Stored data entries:
■ ■ ■ ■

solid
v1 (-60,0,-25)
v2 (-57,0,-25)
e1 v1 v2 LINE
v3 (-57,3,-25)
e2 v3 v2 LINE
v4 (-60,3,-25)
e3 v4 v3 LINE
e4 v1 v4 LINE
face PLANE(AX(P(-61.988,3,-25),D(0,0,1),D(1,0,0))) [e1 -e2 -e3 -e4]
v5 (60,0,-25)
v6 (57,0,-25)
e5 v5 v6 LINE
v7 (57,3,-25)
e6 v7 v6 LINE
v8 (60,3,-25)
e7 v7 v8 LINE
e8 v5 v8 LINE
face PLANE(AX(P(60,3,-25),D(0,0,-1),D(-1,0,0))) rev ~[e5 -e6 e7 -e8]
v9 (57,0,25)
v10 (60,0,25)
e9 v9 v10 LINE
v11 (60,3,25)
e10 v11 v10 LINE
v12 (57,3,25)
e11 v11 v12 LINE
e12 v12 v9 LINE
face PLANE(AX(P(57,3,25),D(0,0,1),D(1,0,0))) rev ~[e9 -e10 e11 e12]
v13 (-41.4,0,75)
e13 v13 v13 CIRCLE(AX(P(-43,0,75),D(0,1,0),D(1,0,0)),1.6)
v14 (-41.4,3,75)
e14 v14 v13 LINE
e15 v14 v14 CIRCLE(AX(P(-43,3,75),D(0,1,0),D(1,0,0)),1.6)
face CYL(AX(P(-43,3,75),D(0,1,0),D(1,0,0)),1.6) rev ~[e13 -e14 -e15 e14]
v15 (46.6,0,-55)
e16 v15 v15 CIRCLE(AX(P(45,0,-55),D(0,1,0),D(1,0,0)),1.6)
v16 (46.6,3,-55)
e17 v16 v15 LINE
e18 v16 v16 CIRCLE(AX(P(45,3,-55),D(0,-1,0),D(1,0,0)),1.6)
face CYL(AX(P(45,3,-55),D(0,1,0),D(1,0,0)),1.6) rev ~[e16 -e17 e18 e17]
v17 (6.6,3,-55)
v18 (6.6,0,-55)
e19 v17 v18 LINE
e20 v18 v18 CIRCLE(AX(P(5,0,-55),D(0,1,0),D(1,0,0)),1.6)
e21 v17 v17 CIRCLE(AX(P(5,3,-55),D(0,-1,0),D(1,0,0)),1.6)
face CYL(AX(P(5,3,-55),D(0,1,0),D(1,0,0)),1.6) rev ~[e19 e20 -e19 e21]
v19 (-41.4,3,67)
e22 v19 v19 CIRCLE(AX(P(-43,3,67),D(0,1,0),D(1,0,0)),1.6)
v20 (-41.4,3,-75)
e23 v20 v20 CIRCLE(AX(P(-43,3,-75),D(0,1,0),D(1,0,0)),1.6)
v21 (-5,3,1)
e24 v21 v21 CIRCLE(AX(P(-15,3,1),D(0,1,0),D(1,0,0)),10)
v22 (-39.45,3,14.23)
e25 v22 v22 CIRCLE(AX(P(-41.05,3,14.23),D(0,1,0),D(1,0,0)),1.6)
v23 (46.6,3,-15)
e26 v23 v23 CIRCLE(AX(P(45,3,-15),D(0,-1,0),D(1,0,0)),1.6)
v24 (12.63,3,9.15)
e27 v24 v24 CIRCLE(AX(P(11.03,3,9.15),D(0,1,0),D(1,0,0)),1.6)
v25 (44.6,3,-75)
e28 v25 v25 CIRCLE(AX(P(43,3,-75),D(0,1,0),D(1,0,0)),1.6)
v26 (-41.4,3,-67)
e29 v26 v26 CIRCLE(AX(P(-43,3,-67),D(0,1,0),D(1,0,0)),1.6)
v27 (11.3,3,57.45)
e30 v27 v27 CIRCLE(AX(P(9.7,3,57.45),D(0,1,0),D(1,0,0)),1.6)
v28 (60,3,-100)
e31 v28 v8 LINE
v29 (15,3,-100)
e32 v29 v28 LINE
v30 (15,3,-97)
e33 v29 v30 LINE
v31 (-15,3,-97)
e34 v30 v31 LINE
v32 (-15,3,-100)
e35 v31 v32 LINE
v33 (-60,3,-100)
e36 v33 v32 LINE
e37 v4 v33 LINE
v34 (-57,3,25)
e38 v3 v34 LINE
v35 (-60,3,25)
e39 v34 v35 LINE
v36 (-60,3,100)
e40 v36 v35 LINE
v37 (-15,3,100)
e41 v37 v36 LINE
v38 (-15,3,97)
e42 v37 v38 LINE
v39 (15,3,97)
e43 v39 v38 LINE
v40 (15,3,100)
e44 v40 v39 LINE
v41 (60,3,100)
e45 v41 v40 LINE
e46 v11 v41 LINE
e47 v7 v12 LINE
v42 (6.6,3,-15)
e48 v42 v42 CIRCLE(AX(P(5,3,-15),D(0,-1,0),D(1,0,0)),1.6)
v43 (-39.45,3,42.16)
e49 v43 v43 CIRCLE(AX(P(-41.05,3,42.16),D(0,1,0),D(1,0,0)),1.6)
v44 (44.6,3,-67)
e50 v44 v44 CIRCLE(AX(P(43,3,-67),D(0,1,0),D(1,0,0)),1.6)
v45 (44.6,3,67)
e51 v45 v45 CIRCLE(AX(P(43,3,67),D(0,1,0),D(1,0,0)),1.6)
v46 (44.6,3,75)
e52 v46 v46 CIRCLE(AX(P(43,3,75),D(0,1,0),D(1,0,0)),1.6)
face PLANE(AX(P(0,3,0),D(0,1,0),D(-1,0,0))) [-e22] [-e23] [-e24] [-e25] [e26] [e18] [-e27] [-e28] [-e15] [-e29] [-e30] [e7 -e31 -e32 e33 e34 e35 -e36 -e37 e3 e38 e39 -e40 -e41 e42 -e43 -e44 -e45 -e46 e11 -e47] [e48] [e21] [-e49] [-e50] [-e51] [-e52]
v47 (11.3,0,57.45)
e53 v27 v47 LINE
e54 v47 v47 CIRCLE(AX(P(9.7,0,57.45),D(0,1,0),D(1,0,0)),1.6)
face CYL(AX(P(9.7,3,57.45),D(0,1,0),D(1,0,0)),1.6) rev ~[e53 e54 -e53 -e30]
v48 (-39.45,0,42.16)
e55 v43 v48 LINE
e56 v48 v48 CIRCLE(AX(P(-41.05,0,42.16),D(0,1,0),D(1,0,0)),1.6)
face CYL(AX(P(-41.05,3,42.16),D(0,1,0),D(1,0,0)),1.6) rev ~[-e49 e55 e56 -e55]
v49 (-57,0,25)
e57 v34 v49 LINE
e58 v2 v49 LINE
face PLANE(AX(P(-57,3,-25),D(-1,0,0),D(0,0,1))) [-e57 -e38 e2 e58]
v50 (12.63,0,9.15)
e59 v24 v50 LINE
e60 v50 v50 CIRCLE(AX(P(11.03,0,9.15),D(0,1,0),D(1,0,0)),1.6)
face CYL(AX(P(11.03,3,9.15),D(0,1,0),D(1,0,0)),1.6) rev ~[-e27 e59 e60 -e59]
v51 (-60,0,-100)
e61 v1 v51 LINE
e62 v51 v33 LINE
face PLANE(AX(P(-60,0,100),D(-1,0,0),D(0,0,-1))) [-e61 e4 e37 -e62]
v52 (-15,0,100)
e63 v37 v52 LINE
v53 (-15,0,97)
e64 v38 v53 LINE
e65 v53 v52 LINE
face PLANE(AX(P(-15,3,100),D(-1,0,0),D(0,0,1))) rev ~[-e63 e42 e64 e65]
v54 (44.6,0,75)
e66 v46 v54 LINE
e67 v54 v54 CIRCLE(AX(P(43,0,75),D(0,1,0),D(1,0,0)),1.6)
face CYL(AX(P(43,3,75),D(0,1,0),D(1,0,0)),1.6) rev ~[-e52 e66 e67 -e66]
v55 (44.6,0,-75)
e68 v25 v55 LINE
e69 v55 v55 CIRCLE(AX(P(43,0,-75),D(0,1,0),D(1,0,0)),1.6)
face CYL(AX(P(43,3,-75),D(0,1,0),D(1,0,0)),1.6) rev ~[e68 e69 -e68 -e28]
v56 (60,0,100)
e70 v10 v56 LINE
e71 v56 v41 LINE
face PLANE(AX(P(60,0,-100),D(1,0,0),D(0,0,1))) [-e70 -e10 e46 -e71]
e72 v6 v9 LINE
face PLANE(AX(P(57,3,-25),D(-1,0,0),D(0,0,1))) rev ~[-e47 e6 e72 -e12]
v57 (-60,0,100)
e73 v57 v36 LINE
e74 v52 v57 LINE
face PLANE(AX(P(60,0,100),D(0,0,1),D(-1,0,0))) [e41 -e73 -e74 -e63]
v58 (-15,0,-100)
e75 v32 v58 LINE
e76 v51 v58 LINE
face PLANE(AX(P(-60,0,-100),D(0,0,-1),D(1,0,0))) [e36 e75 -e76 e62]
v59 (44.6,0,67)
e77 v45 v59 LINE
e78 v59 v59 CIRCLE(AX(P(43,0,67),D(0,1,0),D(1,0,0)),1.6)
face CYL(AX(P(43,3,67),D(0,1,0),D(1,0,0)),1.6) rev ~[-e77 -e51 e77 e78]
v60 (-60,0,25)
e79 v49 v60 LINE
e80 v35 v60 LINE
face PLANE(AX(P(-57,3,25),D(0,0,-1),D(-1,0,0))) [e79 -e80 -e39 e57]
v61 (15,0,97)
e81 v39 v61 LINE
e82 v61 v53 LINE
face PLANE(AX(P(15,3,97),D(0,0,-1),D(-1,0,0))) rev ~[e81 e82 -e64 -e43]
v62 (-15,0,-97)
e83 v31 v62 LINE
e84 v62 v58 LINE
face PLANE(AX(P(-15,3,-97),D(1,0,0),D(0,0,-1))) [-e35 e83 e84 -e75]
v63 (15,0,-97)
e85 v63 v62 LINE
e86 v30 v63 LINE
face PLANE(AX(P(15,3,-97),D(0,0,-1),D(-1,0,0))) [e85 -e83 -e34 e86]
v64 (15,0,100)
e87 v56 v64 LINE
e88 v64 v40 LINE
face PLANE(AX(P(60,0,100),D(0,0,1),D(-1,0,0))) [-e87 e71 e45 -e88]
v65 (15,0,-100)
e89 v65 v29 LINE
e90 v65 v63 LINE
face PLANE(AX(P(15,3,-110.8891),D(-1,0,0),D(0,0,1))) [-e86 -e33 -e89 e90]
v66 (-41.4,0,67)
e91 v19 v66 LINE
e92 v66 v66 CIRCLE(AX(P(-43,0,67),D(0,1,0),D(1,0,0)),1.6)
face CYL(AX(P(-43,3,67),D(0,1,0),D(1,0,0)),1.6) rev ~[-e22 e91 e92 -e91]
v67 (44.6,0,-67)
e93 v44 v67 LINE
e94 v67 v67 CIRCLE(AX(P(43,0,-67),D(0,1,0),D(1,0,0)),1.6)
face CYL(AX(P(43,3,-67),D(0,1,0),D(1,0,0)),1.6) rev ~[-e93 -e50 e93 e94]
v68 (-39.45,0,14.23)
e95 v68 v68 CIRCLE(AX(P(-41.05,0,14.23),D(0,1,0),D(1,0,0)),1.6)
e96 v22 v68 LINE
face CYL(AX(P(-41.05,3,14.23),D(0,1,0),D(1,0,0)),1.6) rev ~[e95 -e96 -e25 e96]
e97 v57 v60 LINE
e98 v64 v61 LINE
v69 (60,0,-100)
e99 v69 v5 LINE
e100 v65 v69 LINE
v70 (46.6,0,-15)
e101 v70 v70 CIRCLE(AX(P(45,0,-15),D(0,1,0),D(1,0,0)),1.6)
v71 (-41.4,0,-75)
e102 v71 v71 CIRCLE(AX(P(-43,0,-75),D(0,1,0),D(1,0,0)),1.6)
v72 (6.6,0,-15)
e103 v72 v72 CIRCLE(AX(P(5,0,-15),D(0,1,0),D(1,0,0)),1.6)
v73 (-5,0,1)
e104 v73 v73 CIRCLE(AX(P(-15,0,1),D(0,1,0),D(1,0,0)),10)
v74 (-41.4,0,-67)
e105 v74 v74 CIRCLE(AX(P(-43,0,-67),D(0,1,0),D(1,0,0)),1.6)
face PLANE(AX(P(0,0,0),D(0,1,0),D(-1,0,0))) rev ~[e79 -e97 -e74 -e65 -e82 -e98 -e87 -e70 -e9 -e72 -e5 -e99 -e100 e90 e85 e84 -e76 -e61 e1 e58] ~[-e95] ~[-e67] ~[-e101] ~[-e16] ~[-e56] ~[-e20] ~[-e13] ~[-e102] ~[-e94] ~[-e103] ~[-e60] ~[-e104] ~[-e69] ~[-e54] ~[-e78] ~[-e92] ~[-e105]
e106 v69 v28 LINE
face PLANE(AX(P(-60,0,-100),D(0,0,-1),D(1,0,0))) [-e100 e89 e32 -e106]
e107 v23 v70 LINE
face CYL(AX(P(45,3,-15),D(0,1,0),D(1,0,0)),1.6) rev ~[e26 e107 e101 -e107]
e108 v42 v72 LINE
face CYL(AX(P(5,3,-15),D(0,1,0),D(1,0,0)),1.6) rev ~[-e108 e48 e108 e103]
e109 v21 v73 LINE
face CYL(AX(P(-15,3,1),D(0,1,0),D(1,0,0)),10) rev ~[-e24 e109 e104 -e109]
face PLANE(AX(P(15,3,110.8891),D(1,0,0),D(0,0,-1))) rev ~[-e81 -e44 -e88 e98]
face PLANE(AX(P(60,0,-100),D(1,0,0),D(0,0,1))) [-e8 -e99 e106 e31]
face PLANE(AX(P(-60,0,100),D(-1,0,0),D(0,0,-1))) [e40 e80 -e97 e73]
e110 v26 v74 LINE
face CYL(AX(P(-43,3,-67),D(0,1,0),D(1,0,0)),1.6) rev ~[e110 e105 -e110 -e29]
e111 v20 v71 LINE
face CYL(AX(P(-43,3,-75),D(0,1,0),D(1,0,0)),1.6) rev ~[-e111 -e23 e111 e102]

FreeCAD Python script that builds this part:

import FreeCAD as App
import Part
import Sketcher
from FreeCAD import Vector
Q = App.Units.Quantity

doc = App.newDocument("Part")
params = doc.addObject("Spreadsheet::Sheet", "Params")
for row, (alias, value) in enumerate([
    ("sketch1_width", "120 mm"),
    ("sketch1_height", "200 mm"),
    ("pad1_length", "3 mm"),
    ("sketch2_diameter", "3.2 mm"),
    ("sketch3_diameter", "20 mm"),
    ("sketch3_diameter2", "3.2 mm"),
    ("sketch4_height", "50 mm"),
    ("sketch5_width", "30 mm"),
    ("sketch6_diameter", "3.2 mm"),
], start=1):
    params.set(f"A{row}", alias)
    params.set(f"B{row}", "=" + value)
    params.setAlias(f"B{row}", alias)

body = doc.addObject("PartDesign::Body", "Body")

# Sketch on XZ plane
sketch1 = body.newObject("Sketcher::SketchObject", "Sketch")
sketch1.AttachmentSupport = (doc.getObject("XZ_Plane"), [""])
sketch1.MapMode = "FlatFace"
sketch1.addGeometry([
    Part.LineSegment(Vector(60, -100, 0), Vector(-60, -100, 0)),
    Part.LineSegment(Vector(-60, -100, 0), Vector(-60, 100, 0)),
    Part.LineSegment(Vector(-60, 100, 0), Vector(60, 100, 0)),
    Part.LineSegment(Vector(60, 100, 0), Vector(60, -100, 0)),
], False)
sketch1.addConstraint([
    Sketcher.Constraint("Coincident", 0, 2, 1, 1),
    Sketcher.Constraint("Coincident", 1, 2, 2, 1),
    Sketcher.Constraint("Coincident", 2, 2, 3, 1),
    Sketcher.Constraint("Coincident", 3, 2, 0, 1),
    Sketcher.Constraint("Horizontal", 0),
    Sketcher.Constraint("Vertical", 1),
    Sketcher.Constraint("Horizontal", 2),
    Sketcher.Constraint("Vertical", 3),
    Sketcher.Constraint("Symmetric", 0, 2, 2, 2, -1, 1),
    Sketcher.Constraint("DistanceX", 0, 2, 0, 1, Q("120 mm")),
    Sketcher.Constraint("DistanceY", 1, 1, 1, 2, Q("200 mm")),
])
sketch1.setExpression("Constraints[9]", "Params.sketch1_width")
sketch1.setExpression("Constraints[10]", "Params.sketch1_height")
pad1 = body.newObject("PartDesign::Pad", "Pad")
pad1.Profile = sketch1
pad1.setExpression("Length", "Params.pad1_length")
pad1.Reversed = True

# Sketch on XZ plane
sketch2 = body.newObject("Sketcher::SketchObject", "Sketch001")
sketch2.AttachmentSupport = (doc.getObject("XZ_Plane"), [""])
sketch2.MapMode = "FlatFace"
sketch2.AttachmentOffset = App.Placement(Vector(0, 0, -3), App.Rotation())
sketch2.addGeometry([
    Part.Circle(Vector(9.7, 57.45, 0), Vector(0, 0, 1), 1.6),
    Part.Circle(Vector(11.03, 9.15, 0), Vector(0, 0, 1), 1.6),
    Part.Circle(Vector(-41.05, 42.16, 0), Vector(0, 0, 1), 1.6),
    Part.Circle(Vector(-41.05, 14.23, 0), Vector(0, 0, 1), 1.6),
], False)
sketch2.addConstraint([
    Sketcher.Constraint("Equal", 0, 1),
    Sketcher.Constraint("Equal", 1, 2),
    Sketcher.Constraint("Equal", 2, 3),
    Sketcher.Constraint("Vertical", 2, 3, 3, 3),
    Sketcher.Constraint("Diameter", 0, Q("3.2 mm")),
    Sketcher.Constraint("DistanceX", -1, 1, 0, 3, Q("9.7 mm")),
    Sketcher.Constraint("DistanceY", 1, 3, 0, 3, Q("48.3 mm")),
    Sketcher.Constraint("DistanceY", -1, 1, 0, 3, Q("57.45 mm")),
    Sketcher.Constraint("DistanceX", -1, 1, 1, 3, Q("11.03 mm")),
    Sketcher.Constraint("DistanceX", 2, 3, -1, 1, Q("41.05 mm")),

■ ■ ■ ■

Required action:
Go to the line with "face PLANE(AX(P(60,0,-100),D(1,0,0),D(0,0,1))) [-e70" in the entries above and repeat every line from there through the line with "face PLANE(AX(P(60,0,100),D(0,0,1),D(-1,0,0))) [e41", exactly and with no other text.

Expected output:
face PLANE(AX(P(60,0,-100),D(1,0,0),D(0,0,1))) [-e70 -e10 e46 -e71]
e72 v6 v9 LINE
face PLANE(AX(P(57,3,-25),D(-1,0,0),D(0,0,1))) rev ~[-e47 e6 e72 -e12]
v57 (-60,0,100)
e73 v57 v36 LINE
e74 v52 v57 LINE
face PLANE(AX(P(60,0,100),D(0,0,1),D(-1,0,0))) [e41 -e73 -e74 -e63]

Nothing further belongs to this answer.